La Santa Sede è l'organo di governo della chiesa cattolica, quindi noi abbiamo
la figura del pontefice , vescovo di Roma, capo supremo della chiesa, ma dal
punto di vista della chiesa universale quindi del mondo esterno , il pontefice si
presenta come Santa Sede, quindi come autorità alla quale è devoluto il
compito di trattenere e occuparsi delle relazioni con gli altri stati sempre in
vista del bene della chiesa.
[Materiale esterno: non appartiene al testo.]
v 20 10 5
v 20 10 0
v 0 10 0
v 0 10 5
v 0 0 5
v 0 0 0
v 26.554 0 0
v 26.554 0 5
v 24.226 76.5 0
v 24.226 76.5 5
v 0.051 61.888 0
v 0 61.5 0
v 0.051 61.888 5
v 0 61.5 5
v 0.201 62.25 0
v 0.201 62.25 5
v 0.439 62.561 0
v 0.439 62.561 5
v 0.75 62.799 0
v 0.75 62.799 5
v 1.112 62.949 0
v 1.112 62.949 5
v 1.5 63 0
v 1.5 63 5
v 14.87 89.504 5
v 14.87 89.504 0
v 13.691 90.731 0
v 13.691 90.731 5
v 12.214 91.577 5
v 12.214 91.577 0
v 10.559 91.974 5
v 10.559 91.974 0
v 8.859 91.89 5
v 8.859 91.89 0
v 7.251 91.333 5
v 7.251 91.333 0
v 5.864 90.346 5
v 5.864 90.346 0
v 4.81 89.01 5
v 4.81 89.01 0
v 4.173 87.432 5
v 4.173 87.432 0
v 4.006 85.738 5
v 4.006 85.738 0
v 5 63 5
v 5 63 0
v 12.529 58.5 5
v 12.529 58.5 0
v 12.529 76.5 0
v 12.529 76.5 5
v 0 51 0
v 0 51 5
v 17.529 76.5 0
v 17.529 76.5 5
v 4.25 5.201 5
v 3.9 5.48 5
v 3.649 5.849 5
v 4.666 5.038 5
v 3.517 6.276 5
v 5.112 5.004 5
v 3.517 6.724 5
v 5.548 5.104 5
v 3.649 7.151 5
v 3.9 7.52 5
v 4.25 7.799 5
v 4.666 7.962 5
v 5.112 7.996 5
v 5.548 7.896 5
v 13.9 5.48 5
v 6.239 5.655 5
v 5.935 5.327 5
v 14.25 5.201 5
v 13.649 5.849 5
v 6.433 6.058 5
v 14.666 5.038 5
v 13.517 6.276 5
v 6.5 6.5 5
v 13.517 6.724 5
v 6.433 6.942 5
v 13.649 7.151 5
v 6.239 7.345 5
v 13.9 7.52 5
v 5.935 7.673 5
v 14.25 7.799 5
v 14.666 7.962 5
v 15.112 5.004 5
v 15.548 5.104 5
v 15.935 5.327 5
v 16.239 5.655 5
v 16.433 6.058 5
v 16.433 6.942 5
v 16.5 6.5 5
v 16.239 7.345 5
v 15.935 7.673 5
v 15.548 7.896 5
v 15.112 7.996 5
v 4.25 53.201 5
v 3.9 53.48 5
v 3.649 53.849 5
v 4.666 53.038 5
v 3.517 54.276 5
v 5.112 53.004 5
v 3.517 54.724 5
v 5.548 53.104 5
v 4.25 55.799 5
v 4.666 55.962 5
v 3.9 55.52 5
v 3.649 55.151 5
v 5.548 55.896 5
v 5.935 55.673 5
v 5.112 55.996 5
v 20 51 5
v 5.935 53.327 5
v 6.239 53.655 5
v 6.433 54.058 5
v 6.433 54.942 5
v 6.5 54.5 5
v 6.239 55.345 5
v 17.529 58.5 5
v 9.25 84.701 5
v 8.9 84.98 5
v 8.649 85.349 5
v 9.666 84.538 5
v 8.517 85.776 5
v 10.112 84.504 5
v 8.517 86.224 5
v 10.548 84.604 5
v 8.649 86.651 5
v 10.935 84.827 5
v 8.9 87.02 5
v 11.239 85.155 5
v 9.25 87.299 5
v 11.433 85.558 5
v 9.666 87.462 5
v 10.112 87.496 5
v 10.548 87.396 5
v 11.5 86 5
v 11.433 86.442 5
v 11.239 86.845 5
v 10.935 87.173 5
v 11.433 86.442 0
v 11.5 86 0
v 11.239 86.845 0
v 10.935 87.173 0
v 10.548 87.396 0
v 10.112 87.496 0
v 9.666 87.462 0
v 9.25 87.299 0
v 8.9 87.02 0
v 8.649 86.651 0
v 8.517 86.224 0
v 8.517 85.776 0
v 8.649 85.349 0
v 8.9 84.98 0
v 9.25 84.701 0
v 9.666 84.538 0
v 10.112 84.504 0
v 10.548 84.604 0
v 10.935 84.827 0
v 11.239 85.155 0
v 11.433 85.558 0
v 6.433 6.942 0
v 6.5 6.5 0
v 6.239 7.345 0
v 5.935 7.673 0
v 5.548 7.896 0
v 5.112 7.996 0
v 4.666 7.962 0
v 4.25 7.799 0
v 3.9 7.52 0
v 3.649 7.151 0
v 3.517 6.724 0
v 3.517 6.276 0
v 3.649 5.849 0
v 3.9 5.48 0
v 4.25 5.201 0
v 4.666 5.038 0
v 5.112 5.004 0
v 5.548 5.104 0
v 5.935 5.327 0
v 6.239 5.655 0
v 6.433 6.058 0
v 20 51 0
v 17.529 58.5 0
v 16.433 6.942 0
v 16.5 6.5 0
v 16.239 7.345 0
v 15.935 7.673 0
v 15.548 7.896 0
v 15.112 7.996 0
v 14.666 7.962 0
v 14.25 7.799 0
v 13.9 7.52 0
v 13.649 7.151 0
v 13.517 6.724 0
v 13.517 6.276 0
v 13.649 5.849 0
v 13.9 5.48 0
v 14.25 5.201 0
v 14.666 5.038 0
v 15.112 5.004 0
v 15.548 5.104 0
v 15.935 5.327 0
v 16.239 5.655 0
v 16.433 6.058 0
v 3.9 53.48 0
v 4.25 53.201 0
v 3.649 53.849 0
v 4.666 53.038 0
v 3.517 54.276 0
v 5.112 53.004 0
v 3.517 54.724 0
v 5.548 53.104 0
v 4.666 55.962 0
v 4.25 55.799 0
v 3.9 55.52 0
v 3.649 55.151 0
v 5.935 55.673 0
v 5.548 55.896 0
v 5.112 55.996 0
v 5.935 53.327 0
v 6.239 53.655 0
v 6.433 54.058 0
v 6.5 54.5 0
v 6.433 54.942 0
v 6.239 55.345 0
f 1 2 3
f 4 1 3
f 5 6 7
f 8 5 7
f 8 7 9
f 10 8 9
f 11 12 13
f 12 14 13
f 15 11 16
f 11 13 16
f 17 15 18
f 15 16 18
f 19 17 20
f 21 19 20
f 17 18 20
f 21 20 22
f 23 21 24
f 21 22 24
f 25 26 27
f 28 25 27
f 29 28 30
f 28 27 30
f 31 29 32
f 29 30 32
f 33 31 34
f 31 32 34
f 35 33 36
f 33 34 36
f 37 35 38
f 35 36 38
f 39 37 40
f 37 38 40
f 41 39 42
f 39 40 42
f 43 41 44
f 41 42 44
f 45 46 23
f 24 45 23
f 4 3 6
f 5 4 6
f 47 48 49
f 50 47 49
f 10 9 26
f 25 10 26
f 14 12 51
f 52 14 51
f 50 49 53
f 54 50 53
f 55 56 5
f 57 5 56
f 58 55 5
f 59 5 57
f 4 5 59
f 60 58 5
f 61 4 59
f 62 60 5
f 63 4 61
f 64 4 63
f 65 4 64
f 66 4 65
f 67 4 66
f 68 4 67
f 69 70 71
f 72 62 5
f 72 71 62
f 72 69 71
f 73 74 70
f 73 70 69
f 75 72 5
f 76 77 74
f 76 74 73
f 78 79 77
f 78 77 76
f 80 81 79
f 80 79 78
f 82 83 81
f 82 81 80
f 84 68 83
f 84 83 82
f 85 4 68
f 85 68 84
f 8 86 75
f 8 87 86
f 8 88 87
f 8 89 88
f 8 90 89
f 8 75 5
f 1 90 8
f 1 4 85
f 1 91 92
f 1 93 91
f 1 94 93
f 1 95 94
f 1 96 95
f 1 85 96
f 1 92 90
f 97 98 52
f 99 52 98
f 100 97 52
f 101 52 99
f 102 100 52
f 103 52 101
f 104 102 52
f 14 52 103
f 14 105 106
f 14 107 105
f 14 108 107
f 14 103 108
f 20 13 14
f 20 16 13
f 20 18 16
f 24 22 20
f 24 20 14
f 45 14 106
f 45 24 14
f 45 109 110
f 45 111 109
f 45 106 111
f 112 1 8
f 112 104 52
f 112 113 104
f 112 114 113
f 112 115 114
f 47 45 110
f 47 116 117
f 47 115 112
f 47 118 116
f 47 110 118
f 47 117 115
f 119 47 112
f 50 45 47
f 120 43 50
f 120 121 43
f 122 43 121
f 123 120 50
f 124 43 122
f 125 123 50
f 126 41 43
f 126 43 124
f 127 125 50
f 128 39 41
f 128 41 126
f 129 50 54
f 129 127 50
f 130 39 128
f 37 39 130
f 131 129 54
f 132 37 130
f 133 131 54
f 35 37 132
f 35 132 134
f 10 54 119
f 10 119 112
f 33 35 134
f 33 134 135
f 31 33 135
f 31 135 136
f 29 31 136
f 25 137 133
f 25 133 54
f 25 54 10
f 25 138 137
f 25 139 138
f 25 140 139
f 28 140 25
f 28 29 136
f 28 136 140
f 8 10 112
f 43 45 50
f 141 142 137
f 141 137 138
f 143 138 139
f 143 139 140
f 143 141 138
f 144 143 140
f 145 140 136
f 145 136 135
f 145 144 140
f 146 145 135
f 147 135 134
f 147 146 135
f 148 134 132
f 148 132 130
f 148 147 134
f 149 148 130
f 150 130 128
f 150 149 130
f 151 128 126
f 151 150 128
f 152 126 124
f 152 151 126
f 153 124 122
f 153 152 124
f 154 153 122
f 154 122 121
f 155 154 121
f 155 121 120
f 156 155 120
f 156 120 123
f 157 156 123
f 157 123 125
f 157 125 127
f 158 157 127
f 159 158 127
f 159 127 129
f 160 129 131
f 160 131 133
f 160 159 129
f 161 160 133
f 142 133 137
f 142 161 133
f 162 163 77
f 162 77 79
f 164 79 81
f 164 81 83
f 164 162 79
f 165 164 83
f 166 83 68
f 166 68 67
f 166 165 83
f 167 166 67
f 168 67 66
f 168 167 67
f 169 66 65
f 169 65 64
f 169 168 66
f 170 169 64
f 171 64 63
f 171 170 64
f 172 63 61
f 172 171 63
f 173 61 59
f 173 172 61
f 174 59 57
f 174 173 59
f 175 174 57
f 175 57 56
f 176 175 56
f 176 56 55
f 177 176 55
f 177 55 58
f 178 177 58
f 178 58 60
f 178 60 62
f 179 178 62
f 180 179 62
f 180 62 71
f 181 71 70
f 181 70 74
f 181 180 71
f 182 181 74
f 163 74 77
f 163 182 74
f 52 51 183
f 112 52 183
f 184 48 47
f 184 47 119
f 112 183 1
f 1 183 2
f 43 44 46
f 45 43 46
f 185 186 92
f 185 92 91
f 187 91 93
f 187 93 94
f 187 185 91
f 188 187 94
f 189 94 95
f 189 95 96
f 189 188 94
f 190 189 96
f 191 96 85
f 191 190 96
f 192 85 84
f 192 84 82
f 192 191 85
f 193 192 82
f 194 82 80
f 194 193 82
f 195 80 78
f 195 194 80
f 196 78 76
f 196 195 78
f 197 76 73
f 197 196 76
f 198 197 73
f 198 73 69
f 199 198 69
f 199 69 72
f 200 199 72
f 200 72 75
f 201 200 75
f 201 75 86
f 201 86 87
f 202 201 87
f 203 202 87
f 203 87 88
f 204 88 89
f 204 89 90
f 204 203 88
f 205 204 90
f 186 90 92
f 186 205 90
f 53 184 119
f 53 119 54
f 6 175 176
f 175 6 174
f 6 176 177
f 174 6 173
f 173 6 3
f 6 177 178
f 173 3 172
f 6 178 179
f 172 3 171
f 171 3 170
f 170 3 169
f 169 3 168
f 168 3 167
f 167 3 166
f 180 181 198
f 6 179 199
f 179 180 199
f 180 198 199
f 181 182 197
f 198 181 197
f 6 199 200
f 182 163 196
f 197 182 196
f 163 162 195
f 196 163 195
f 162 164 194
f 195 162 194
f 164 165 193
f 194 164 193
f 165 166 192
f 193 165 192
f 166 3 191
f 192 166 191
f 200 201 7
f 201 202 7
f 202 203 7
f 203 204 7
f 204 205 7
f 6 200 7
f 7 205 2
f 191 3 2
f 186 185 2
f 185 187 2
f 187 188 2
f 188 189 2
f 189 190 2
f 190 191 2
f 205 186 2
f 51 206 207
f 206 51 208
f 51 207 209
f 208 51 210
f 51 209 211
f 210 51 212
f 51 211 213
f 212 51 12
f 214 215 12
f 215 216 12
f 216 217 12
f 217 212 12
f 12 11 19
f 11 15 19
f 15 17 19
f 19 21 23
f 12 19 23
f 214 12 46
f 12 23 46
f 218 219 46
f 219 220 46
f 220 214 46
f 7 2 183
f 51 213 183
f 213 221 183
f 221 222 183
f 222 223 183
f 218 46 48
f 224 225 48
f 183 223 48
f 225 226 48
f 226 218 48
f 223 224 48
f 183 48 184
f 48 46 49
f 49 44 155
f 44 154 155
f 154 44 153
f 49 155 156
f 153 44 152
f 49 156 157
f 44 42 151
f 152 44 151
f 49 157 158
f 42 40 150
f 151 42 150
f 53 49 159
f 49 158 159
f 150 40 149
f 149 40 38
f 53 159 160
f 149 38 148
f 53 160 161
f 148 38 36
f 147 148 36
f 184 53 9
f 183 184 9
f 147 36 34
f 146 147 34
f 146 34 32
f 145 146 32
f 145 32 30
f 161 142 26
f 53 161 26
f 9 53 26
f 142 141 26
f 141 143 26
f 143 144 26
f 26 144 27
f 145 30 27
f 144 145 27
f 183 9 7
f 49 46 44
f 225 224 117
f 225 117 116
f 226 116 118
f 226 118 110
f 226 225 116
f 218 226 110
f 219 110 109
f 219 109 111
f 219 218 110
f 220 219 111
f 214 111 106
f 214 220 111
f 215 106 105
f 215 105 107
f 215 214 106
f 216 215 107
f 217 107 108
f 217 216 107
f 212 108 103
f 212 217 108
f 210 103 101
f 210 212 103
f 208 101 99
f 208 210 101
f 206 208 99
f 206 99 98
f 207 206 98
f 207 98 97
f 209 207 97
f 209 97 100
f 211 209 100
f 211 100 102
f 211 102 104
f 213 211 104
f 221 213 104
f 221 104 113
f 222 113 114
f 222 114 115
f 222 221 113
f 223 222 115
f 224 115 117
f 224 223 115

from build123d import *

# Parameters (mm, degrees)
ESQUISSE1_R        = 1.5
ESQUISSE1_W        = 5
ESQUISSE1_H        = 18
BOSS_EXTRU_1_DEPTH = 5
CONG_3_R           = 1.5


with BuildPart() as part:
    # Esquisse1 → Boss.-Extru.1 (new body)
    with BuildSketch(Plane.XY):
        with BuildLine():
            Line((0, 10), (0, 0))
            Line((0, 0), (26.554131445, 0))
            Line((26.554131445, 0), (24.226405413, 76.5))
            Line((24.226405413, 76.5), (14.870448313, 89.504102342))
            ThreePointArc((14.870448313, 89.504102342), (8.034842814, 91.669052587), (4.005728082, 85.7378852))
            Line((4.005728082, 85.7378852), (5, 63))
            Line((5, 63), (0, 63))
            Line((0, 63), (0, 51))
            Line((0, 51), (11, 51))
            Line((11, 51), (20, 51))
            Line((20, 51), (20, 10))
            Line((20, 10), (11, 10))
            Line((11, 10), (0, 10))
        make_face()
        with Locations((5, 54.5)):
            Circle(ESQUISSE1_R, mode=Mode.SUBTRACT)
        with Locations((15, 6.5)):
            Circle(ESQUISSE1_R, mode=Mode.SUBTRACT)
        with Locations((5, 6.5)):
            Circle(ESQUISSE1_R, mode=Mode.SUBTRACT)
        with Locations((10, 86)):
            Circle(ESQUISSE1_R, mode=Mode.SUBTRACT)
        with Locations((15.02885683, 67.5)):
            Rectangle(ESQUISSE1_W, ESQUISSE1_H, mode=Mode.SUBTRACT)
    extrude(amount=BOSS_EXTRU_1_DEPTH)

    # Congé3
    cong_3_edges = [part.edges().sort_by_distance(p)[0] for p in [
        (0, 63, 2.5),
    ]]
    fillet(cong_3_edges, radius=CONG_3_R)


solid = part.part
La Santa Sede aveva sempre avuto questa
personalità giuridica internazionale, quindi quando il pontefice era sovrano
assoluto dello stato pontificio, il pontefice non si presentava
nelle trattative internazionali quale re dello stato pontificio, ma si presentava
come Santa Sede, come chiesa, quindi c'era questa doppia presenza del
pontefice e la Santa Sede si presentava come un soggetto accreditato di diritto
internazionale; ciò continuerà ad essere anche se l'Italia cercherà di negare
l'esistenza di questa personalità giuridica internazionale della Santa Sede
sopravvissuta alla perdita del territorio, ma del resto nell'ordinamento
internazionale oltre alla Santa Sede c'era gia anche l'ordine di Malta. L'ordine di
Malta è un ordine cattolico fondato dai cavalieri di Malta che avevano una
personalità giuridica internazionale indipendente; tale ordine si rifà ad alcune
organizzazioni di oggi, infatti oggi ci sono una serie di organizzazioni che hanno
personalità giuridica internazionale e che sono cosa ben diversa dagli stati.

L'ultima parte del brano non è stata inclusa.